Виктория Молодцова
"Российская газета", 17 февраля 2000 г.
Идет такая борьба за наследие Рерихов, что, похоже, скоро от него камня на камне не останется.
19 марта 1999 года в «Российской газете» было опубликовано письмо группы известных деятелей культуры, науки и образования во главе с Дмитрием Сергеевичем Лихачевым. О чем писали авторы письма? О том, что картины, завещанные Святославом Николаевичем Рерихом нашей стране, необходимо вернуть в Международный Центр Рерихов.
Авторам письма в «Российской газете» ответил тогдашний министр культуры РФ Владимир Константинович Егоров, предложивший решить проблему собственности картин через суд.
Вот уже несколько лет чиновники Минкульта РФ предлагают решить судьбу коллекции Рерихов в судебном споре. Логично предположить, что они хотят суда, потому что уверены в выигрышном варианте. Считать так можно только на одном основании: обладая документами, которые позволят это дело выиграть. В публикации «РГ» от 13.05.99 г. ситуация с коллекцией была исследована довольно подробно. Мы призвали чиновников прекратить ведомственные игры. В ответ — полная тишина.
27 апреля 1999 г. вице-президент Международного Центра Рерихов, директор Музея имени Н.К.Рериха Л.Шапошникова направила письмо руководству Министерства культуры РФ с просьбой поручить Правовому управлению совместно с отделом сохранения музейного фонда провести правовую экспертизу документов, на основании которых Государственный музей Востока включил в государственную часть Музейного фонда РФ картины, подаренные С.Н.Рерихом Международному Центру Рерихов (МЦР). Для того, чтобы Правовому управлению сподручнее было проводить такую экспертизу, Шапошникова передала документы на 13 листах. В ответ опять тишина, хотя известно: по закону определены точные сроки ответа на письма, поступающие в государственные органы. Между тем никто отвечать не торопился.
Напомним, картины Рерихов (согласно дарственной С.Н.Рериха — 288 полотен) были привезены в СССР в 1974 году для экспонирования в связи со 100-летним юбилеем Николая Константиновича Рериха и переданы Минкультуры СССР. Министерство, в свою очередь, передало картины Всесоюзному художественно-производственному объединению имени Е.Вучетича (ВХПО). Кто обладает документом о передаче, неизвестно. Возможно, этот документ попал в Минкультуры РФ, но не исключено, что он и затерялся, поскольку никто не знает даты передачи.
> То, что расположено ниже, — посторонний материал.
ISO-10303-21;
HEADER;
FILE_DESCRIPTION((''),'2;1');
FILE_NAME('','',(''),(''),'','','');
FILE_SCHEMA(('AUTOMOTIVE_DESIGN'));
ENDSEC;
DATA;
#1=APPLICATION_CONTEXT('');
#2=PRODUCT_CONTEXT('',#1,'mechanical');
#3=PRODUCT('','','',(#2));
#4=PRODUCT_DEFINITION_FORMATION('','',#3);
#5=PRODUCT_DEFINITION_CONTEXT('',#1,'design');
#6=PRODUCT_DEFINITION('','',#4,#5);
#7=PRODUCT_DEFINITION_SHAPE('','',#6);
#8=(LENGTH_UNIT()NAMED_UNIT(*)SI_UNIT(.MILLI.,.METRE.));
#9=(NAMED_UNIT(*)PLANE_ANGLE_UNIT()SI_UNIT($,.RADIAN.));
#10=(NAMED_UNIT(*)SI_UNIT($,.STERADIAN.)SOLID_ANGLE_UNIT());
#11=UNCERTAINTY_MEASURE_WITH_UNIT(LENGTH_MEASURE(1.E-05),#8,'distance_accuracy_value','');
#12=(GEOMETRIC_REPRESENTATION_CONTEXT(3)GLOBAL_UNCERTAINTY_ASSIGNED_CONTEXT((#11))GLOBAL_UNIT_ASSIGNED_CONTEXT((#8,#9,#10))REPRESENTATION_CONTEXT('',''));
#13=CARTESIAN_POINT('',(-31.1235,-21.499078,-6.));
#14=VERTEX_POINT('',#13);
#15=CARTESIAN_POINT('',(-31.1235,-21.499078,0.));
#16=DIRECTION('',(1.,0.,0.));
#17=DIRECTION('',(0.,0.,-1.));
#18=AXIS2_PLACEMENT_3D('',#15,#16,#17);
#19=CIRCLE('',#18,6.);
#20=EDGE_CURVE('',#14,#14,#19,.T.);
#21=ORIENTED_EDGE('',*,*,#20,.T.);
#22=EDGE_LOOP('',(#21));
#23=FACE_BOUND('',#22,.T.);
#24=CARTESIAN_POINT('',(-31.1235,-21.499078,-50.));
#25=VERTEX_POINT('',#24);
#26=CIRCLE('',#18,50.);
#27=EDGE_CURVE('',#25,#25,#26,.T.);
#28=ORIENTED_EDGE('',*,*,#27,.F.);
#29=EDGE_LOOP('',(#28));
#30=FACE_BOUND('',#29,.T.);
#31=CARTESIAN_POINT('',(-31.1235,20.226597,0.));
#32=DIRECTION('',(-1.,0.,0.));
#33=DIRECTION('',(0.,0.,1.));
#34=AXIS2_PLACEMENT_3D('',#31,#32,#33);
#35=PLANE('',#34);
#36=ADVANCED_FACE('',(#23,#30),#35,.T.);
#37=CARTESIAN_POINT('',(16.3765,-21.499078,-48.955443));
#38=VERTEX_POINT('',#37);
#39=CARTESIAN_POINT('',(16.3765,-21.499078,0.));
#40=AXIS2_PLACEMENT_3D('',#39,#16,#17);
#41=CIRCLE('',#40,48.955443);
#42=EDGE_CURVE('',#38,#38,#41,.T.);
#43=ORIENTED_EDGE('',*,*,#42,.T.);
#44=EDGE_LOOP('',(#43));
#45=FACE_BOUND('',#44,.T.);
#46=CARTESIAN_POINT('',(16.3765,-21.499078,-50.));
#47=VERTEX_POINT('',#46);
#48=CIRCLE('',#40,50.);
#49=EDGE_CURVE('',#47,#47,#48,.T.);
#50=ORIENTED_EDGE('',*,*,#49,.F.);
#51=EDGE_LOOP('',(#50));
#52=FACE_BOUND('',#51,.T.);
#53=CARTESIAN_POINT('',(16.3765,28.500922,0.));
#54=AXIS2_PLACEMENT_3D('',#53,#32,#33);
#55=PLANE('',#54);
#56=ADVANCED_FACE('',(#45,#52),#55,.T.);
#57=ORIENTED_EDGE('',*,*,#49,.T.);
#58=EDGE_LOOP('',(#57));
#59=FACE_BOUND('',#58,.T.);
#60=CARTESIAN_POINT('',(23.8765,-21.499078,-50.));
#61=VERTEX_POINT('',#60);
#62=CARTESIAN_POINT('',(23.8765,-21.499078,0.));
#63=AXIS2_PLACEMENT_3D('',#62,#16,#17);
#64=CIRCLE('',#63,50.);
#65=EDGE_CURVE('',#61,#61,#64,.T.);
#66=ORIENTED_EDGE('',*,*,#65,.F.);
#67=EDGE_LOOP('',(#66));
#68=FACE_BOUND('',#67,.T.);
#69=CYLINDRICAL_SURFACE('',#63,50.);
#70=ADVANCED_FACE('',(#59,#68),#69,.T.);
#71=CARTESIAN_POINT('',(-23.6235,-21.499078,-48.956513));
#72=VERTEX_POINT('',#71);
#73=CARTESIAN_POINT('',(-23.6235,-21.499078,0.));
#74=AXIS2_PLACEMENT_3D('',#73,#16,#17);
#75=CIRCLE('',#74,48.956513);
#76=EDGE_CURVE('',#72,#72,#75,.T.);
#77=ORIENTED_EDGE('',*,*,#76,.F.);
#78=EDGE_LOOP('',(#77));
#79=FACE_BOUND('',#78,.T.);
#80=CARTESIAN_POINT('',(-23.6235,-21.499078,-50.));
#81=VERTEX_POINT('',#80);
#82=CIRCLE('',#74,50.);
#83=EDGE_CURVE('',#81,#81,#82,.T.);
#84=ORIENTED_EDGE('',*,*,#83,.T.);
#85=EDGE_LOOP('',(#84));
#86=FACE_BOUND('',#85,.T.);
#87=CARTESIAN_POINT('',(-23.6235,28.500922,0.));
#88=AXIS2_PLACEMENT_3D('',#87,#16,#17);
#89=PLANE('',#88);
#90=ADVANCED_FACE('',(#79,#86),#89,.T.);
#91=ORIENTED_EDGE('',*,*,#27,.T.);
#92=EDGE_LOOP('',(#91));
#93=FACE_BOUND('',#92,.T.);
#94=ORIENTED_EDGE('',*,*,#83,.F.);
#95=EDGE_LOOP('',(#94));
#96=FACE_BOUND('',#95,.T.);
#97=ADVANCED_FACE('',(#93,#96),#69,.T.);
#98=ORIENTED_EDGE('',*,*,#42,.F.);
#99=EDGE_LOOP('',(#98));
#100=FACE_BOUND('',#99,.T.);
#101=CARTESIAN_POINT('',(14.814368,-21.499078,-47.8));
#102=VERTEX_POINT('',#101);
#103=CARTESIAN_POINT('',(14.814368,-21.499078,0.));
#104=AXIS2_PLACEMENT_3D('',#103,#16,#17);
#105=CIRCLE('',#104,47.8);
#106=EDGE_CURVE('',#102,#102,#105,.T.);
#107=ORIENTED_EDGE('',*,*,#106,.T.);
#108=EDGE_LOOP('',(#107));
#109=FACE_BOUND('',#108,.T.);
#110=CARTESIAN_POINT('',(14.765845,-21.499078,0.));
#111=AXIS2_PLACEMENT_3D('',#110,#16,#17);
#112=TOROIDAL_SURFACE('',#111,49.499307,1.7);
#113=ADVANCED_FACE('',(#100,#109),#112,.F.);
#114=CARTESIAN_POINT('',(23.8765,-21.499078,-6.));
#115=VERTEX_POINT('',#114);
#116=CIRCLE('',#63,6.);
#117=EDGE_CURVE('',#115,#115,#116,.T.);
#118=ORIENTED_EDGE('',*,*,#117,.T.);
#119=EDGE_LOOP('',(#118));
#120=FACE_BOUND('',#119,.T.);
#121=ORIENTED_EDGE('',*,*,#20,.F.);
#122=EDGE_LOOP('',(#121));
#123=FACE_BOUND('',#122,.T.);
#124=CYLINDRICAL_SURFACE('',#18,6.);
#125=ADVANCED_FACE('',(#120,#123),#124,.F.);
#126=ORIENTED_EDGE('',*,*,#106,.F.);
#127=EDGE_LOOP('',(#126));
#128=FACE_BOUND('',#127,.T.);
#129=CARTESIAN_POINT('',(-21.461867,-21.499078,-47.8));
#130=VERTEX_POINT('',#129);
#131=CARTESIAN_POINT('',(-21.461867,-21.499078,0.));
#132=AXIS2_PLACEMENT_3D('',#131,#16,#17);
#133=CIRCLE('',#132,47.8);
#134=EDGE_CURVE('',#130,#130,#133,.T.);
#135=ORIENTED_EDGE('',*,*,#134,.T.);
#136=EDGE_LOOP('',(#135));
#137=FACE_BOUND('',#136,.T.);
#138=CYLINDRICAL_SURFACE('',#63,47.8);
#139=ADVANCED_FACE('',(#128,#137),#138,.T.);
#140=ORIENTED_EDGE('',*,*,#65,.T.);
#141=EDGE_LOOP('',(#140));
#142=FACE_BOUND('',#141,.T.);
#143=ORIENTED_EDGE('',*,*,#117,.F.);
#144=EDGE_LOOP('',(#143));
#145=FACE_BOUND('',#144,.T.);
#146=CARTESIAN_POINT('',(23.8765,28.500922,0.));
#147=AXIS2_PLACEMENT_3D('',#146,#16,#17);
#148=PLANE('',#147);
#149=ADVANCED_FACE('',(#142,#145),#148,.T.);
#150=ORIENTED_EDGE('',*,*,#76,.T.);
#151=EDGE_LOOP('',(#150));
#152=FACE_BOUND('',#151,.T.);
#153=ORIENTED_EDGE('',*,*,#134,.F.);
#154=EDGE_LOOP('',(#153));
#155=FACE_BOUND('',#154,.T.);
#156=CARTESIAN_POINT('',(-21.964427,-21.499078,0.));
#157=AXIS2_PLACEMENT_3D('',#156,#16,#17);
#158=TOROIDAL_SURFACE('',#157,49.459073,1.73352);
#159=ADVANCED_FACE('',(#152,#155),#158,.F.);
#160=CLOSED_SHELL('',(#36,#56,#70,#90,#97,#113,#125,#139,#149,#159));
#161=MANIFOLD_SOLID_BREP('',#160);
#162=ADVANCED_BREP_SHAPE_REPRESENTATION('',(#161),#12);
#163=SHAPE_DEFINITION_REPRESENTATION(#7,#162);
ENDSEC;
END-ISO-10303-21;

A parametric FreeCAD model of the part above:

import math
import FreeCAD as App
import Part
import Sketcher

V = App.Vector

doc = App.newDocument("Part")
params = doc.addObject("Spreadsheet::Sheet", "Params")
for row, (alias, value) in enumerate([
    ("sketch1_radius", "1.7 mm"),
    ("sketch1_width", "55 mm"),
    ("sketch1_height", "50 mm"),
    ("sketch1_width2", "7.5 mm"),
    ("revolution_angle", "360 deg"),
    ("sketch2_diameter", "12 mm"),
], start=1):
    params.set(f"A{row}", alias)
    params.set(f"B{row}", "=" + value)
    params.setAlias(f"B{row}", alias)

body = doc.addObject("PartDesign::Body", "Body")

# Sketch on XY plane
sketch1 = doc.addObject("Sketcher::SketchObject", "Sketch")
body.addObject(sketch1)
sketch1.AttachmentSupport = (doc.XY_Plane, [""])
sketch1.MapMode = "FlatFace"
sketch1.addGeometry(Part.LineSegment(V(23.9, -21.5, 0), V(23.9, 28.5, 0)), False)
sketch1.addGeometry(Part.LineSegment(V(23.9, 28.5, 0), V(16.4, 28.5, 0)), False)
sketch1.addGeometry(Part.LineSegment(V(16.4, 28.5, 0), V(16.4, 27.5, 0)), False)
sketch1.addGeometry(Part.ArcOfCircle(Part.Circle(V(14.8, 28, 0), V(0, 0, 1), 1.7), math.radians(-88), math.radians(-19)), False)
sketch1.addGeometry(Part.LineSegment(V(14.8, 26.3, 0), V(-21.5, 26.3, 0)), False)
sketch1.addGeometry(Part.ArcOfCircle(Part.Circle(V(-22, 28, 0), V(0, 0, 1), 1.7), math.radians(-163), math.radians(-73)), False)
sketch1.addGeometry(Part.LineSegment(V(-23.6, 27.5, 0), V(-23.6, 28.5, 0)), False)
sketch1.addGeometry(Part.LineSegment(V(-23.6, 28.5, 0), V(-31.1, 28.5, 0)), False)
sketch1.addGeometry(Part.LineSegment(V(-31.1, 28.5, 0), V(-31.1, -21.5, 0)), False)
sketch1.addGeometry(Part.LineSegment(V(-31.1, -21.5, 0), V(23.9, -21.5, 0)), False)
sketch1.addGeometry(Part.LineSegment(V(23.9, -21.5, 0), V(-31.1, -21.5, 0)), True)  # axis
sketch1.addConstraint(Sketcher.Constraint("Coincident", 0, 2, 1, 1))
sketch1.addConstraint(Sketcher.Constraint("Coincident", 1, 2, 2, 1))
sketch1.addConstraint(Sketcher.Constraint("Coincident", 2, 2, 3, 2))
sketch1.addConstraint(Sketcher.Constraint("Coincident", 3, 1, 4, 1))
sketch1.addConstraint(Sketcher.Constraint("Coincident", 4, 2, 5, 2))
sketch1.addConstraint(Sketcher.Constraint("Coincident", 5, 1, 6, 1))
sketch1.addConstraint(Sketcher.Constraint("Coincident", 6, 2, 7, 1))
sketch1.addConstraint(Sketcher.Constraint("Coincident", 7, 2, 8, 1))
sketch1.addConstraint(Sketcher.Constraint("Coincident", 8, 2, 9, 1))
sketch1.addConstraint(Sketcher.Constraint("Coincident", 9, 2, 0, 1))
sketch1.addConstraint(Sketcher.Constraint("Vertical", 0))
sketch1.addConstraint(Sketcher.Constraint("Horizontal", 1))
sketch1.addConstraint(Sketcher.Constraint("Vertical", 2))
sketch1.addConstraint(Sketcher.Constraint("Horizontal", 4))
sketch1.addConstraint(Sketcher.Constraint("Vertical", 6))
sketch1.addConstraint(Sketcher.Constraint("Horizontal", 7))
sketch1.addConstraint(Sketcher.Constraint("Vertical", 8))
sketch1.addConstraint(Sketcher.Constraint("Horizontal", 9))
sketch1.addConstraint(Sketcher.Constraint("Horizontal", 10))
sketch1.addConstraint(Sketcher.Constraint("Coincident", 10, 1, 9, 2))
sketch1.addConstraint(Sketcher.Constraint("Horizontal", 1, 2, 6, 2))
sketch1.addConstraint(Sketcher.Constraint("Vertical", 7, 2, 10, 2))
sketch1.addConstraint(Sketcher.Constraint("Equal", 1, 7))
sketch1.addConstraint(Sketcher.Constraint("Radius", 3, 1.7))
sketch1.addConstraint(Sketcher.Constraint("DistanceX", 9, 1, 9, 2, 55.0))
sketch1.addConstraint(Sketcher.Constraint("DistanceY", 0, 1, 0, 2, 50.0))
sketch1.addConstraint(Sketcher.Constraint("DistanceX", 1, 2, 1, 1, 7.5))
sketch1.addConstraint(Sketcher.Constraint("DistanceY", 3, 1, 1, 2, 2.2))
sketch1.addConstraint(Sketcher.Constraint("Radius", 5, 1.73352))
sketch1.addConstraint(Sketcher.Constraint("DistanceX", -1, 1, 0, 2, 23.8765))
sketch1.addConstraint(Sketcher.Constraint("DistanceX", 4, 2, 4, 1, 36.276235))
sketch1.addConstraint(Sketcher.Constraint("DistanceY", 2, 2, 2, 1, 1.044557))
sketch1.addConstraint(Sketcher.Constraint("DistanceY", 6, 1, 6, 2, 1.043487))
sketch1.addConstraint(Sketcher.Constraint("DistanceY", -1, 1, 3, 3, 28.000229))
sketch1.addConstraint(Sketcher.Constraint("DistanceY", -1, 1, 0, 2, 28.500922))
sketch1.setExpression("Constraints[23]", "Params.sketch1_radius")
sketch1.setExpression("Constraints[24]", "Params.sketch1_width")
sketch1.setExpression("Constraints[25]", "Params.sketch1_height")
sketch1.setExpression("Constraints[26]", "Params.sketch1_width2")
revolution = doc.addObject("PartDesign::Revolution", "Revolution")
body.addObject(revolution)
revolution.Profile = sketch1
revolution.ReferenceAxis = (sketch1, ["Axis0"])
revolution.setExpression("Angle", "Params.revolution_angle")

# Sketch on YZ plane
sketch2 = doc.addObject("Sketcher::SketchObject", "Sketch001")
body.addObject(sketch2)
sketch2.AttachmentSupport = (doc.YZ_Plane, [""])
sketch2.MapMode = "FlatFace"
sketch2.AttachmentOffset = App.Placement(V(0, 0, 23.8765), App.Rotation())
sketch2.addGeometry(Part.Circle(V(-21, 0, 0), V(0, 0, 1), 6), False)
sketch2.addConstraint(Sketcher.Constraint("PointOnObject", 0, 3, -1))
sketch2.addConstraint(Sketcher.Constraint("Diameter", 0, 12.0))
sketch2.addConstraint(Sketcher.Constraint("DistanceX", 0, 3, -1, 1, 21.499078))
sketch2.setExpression("Constraints[1]", "Params.sketch2_diameter")
pocket1 = doc.addObject("PartDesign::Pocket", "Pocket")
body.addObject(pocket1)
pocket1.Profile = sketch2
pocket1.Type = "ThroughAll"

doc.recompute()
Зато известно когда — 30 мая 1989 г. — заместитель министра культуры СССР В.Казенин издал приказ № 234, согласно которому картины (уже 282 полотна) переданы на временное хранение Государственному музею искусства народов Востока (МИНВ) для экспонирования их на территории СССР.
Правовая основа этого документа вызывает большие сомнения у юристов, которые по просьбе «Российской газеты» внимательно исследовали всю эту историю. И вот почему. Дело в том, что существовала Инструкция «По учету и хранению музейных ценностей, находящихся в государственных музеях СССР», которая действовала и в 1989 году, в момент издания приказа Минкультуры СССР. В разделе третьем есть пункт 95: «…категорически запрещается передача кому-либо экспонатов, находящихся на временном хранении, без согласия их владельца». С.Н.Рерих согласия на передачу не давал, и документ, подтверждающий его согласие, по этой причине отсутствует.
Не исключено, что те чиновники Минкультуры СССР, которые готовили приказ, очень хорошо понимали, что делают, потому что название приказа «О мерах по обеспечению сохранности произведений Н.К. и С.Н.Рерихов (коллекция С.Н.Рериха)» не соответствует содержанию: в приказе речь идет именно о передаче коллекции. По логике действующего законодательства передача на временное хранение подразумевает, что тот, кому передают вещь на время, обязан ее хранить, а затем возвратить в сохранности, причем договор о хранении не может быть основанием для того, чтобы хранитель стал собственником или обрел какие-либо права на переданную вещь. Следовательно, Музей Востока с самого начала должен был понимать — картины придется вернуть. Но этого понимания до сих пор нет.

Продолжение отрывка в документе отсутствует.